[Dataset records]
■ ■ ■ ■ ■

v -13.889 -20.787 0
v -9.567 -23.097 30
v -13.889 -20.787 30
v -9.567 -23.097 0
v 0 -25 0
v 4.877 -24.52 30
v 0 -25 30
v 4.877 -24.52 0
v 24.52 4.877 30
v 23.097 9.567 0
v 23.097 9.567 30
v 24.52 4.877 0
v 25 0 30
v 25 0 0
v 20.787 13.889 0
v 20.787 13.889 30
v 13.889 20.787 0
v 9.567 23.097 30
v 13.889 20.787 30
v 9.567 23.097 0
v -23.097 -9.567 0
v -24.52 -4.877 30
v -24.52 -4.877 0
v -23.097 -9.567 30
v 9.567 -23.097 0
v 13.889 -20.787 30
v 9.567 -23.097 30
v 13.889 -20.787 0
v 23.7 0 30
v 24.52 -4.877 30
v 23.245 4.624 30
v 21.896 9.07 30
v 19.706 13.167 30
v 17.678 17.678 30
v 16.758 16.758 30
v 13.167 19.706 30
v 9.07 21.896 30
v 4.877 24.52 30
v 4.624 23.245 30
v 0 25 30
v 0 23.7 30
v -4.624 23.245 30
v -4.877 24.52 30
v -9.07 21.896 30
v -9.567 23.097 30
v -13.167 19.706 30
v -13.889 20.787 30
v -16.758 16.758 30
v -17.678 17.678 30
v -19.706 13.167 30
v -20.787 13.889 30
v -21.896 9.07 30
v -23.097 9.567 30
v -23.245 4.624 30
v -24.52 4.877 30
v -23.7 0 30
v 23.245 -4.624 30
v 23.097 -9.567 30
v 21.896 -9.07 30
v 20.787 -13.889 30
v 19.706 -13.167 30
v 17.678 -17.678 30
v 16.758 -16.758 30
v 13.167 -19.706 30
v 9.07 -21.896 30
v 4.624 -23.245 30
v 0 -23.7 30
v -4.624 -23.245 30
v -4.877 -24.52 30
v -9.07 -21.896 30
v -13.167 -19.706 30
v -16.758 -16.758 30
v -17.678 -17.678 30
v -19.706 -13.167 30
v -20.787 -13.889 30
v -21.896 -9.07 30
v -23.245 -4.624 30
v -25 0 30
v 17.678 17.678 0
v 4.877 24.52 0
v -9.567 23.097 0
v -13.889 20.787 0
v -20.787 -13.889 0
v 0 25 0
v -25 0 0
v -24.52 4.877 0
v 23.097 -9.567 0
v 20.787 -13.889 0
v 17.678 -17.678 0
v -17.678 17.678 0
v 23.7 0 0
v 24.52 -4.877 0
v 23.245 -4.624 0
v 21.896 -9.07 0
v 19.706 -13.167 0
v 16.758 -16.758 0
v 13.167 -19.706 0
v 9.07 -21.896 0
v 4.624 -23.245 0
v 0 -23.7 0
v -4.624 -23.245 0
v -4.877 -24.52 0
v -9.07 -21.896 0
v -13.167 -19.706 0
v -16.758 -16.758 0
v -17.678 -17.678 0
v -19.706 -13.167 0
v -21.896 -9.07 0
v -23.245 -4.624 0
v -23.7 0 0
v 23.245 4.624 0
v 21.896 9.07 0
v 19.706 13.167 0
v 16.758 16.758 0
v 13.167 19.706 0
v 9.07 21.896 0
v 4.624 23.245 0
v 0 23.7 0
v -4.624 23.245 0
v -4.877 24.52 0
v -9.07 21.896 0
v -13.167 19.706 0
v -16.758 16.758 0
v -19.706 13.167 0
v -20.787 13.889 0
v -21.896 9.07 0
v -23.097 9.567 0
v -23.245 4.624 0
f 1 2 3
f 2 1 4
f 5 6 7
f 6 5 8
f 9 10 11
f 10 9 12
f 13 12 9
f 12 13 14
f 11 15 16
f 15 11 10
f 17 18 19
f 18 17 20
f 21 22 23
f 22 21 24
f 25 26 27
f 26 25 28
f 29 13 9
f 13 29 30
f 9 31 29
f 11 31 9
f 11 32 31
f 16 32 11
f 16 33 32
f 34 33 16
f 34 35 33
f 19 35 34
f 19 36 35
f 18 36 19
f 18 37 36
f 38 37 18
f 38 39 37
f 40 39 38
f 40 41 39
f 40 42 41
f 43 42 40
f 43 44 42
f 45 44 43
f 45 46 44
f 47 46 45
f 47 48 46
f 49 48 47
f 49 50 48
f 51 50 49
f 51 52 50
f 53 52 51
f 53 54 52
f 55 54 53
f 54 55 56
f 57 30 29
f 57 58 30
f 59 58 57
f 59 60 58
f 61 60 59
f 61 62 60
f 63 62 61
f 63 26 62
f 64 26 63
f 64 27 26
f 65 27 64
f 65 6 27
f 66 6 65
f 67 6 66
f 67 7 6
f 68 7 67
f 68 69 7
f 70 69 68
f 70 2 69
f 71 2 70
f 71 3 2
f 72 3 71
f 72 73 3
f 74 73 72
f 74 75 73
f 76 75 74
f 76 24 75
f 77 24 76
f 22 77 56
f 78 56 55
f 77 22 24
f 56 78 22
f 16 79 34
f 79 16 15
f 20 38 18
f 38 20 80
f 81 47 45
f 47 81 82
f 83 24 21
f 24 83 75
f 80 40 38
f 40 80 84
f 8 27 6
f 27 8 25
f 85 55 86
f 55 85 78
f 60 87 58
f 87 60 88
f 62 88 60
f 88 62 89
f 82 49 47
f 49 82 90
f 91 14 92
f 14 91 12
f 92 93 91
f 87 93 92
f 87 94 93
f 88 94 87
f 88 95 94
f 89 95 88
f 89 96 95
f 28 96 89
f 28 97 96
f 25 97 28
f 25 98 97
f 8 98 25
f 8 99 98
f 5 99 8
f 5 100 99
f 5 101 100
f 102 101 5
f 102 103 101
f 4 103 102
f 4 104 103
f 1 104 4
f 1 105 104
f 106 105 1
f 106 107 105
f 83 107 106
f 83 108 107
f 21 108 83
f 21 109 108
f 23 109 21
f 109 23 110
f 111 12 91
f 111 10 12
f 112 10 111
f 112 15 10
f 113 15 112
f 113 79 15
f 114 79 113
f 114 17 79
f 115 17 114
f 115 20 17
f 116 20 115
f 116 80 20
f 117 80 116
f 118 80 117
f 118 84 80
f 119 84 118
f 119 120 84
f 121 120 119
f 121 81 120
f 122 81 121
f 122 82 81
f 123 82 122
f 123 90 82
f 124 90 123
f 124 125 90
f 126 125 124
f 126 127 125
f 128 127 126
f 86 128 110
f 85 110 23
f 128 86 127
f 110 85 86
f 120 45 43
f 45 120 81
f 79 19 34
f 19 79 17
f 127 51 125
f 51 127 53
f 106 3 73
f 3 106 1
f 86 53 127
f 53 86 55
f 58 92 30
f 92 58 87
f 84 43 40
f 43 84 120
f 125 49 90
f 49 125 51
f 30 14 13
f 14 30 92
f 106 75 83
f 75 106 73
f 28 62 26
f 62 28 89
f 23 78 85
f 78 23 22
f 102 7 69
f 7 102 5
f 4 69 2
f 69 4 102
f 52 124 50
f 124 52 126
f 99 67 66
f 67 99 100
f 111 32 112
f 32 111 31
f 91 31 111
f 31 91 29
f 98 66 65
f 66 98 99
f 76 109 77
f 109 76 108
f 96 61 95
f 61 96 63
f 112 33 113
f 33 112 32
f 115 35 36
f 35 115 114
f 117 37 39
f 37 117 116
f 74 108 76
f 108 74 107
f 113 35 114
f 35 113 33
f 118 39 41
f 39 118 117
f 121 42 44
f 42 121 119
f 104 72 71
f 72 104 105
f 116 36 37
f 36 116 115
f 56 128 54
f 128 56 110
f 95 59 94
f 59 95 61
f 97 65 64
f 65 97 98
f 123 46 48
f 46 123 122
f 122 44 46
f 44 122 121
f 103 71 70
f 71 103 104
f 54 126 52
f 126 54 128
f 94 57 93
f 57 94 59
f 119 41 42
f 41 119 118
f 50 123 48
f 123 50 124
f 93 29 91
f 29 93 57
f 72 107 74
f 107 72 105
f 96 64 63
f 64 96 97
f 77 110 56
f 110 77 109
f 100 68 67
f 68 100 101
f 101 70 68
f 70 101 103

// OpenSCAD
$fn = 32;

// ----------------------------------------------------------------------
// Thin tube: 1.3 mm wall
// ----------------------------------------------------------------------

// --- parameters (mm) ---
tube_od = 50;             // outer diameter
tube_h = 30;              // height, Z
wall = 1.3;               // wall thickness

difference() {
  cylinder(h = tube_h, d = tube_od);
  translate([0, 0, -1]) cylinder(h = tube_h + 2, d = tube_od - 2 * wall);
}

■ ■ ■ ■ ■

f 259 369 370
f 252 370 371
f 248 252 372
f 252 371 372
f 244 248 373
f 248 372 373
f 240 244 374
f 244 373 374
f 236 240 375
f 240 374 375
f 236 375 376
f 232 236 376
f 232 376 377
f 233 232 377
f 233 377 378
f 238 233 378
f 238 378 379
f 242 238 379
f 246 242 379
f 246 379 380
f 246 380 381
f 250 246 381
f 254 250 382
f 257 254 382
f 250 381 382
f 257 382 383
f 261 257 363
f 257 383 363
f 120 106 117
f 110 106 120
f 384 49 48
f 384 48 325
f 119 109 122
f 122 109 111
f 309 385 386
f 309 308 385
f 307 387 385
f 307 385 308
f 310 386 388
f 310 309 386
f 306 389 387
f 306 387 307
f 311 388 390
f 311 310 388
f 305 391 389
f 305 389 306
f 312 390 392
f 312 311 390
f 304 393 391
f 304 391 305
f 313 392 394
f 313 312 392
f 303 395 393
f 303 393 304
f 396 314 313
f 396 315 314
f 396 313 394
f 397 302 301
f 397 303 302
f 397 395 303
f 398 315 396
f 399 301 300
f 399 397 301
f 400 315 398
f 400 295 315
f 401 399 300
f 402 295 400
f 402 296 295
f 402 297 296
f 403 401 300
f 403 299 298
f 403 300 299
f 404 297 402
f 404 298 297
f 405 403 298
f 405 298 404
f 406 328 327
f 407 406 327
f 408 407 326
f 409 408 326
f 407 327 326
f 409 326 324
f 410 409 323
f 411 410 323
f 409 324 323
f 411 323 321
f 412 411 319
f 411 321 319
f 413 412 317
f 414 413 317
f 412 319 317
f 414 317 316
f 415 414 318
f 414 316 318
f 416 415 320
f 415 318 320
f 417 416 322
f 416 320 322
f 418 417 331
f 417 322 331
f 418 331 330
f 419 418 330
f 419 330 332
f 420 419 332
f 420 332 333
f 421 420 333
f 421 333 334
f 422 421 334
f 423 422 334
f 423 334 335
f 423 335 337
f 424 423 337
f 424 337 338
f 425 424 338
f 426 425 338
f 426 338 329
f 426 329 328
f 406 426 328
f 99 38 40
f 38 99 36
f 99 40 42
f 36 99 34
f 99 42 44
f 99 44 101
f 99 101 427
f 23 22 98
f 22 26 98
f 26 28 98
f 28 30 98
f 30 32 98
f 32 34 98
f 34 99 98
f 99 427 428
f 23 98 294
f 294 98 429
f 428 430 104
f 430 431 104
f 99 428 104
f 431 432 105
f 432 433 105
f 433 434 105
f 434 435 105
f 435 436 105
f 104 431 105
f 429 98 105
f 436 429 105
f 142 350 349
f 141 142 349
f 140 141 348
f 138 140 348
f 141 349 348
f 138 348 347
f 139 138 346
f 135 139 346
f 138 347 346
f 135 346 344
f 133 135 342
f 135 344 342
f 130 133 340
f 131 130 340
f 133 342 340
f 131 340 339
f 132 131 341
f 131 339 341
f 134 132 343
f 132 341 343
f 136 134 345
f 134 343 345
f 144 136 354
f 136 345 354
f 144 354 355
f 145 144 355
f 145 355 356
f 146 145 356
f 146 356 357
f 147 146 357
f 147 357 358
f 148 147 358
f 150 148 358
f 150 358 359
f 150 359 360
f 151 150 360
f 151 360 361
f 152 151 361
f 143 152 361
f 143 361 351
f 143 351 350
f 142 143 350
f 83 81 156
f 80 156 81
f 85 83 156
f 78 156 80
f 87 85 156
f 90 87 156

■ ■ ■ ■ ■

[Directions] Transcribe the records above exactly, beginning at the line that contains "f 148 147 358" and ending with the line that contains "f 90 87 156", both included, and nothing else.

[Task solution]
f 148 147 358
f 150 148 358
f 150 358 359
f 150 359 360
f 151 150 360
f 151 360 361
f 152 151 361
f 143 152 361
f 143 361 351
f 143 351 350
f 142 143 350
f 83 81 156
f 80 156 81
f 85 83 156
f 78 156 80
f 87 85 156
f 90 87 156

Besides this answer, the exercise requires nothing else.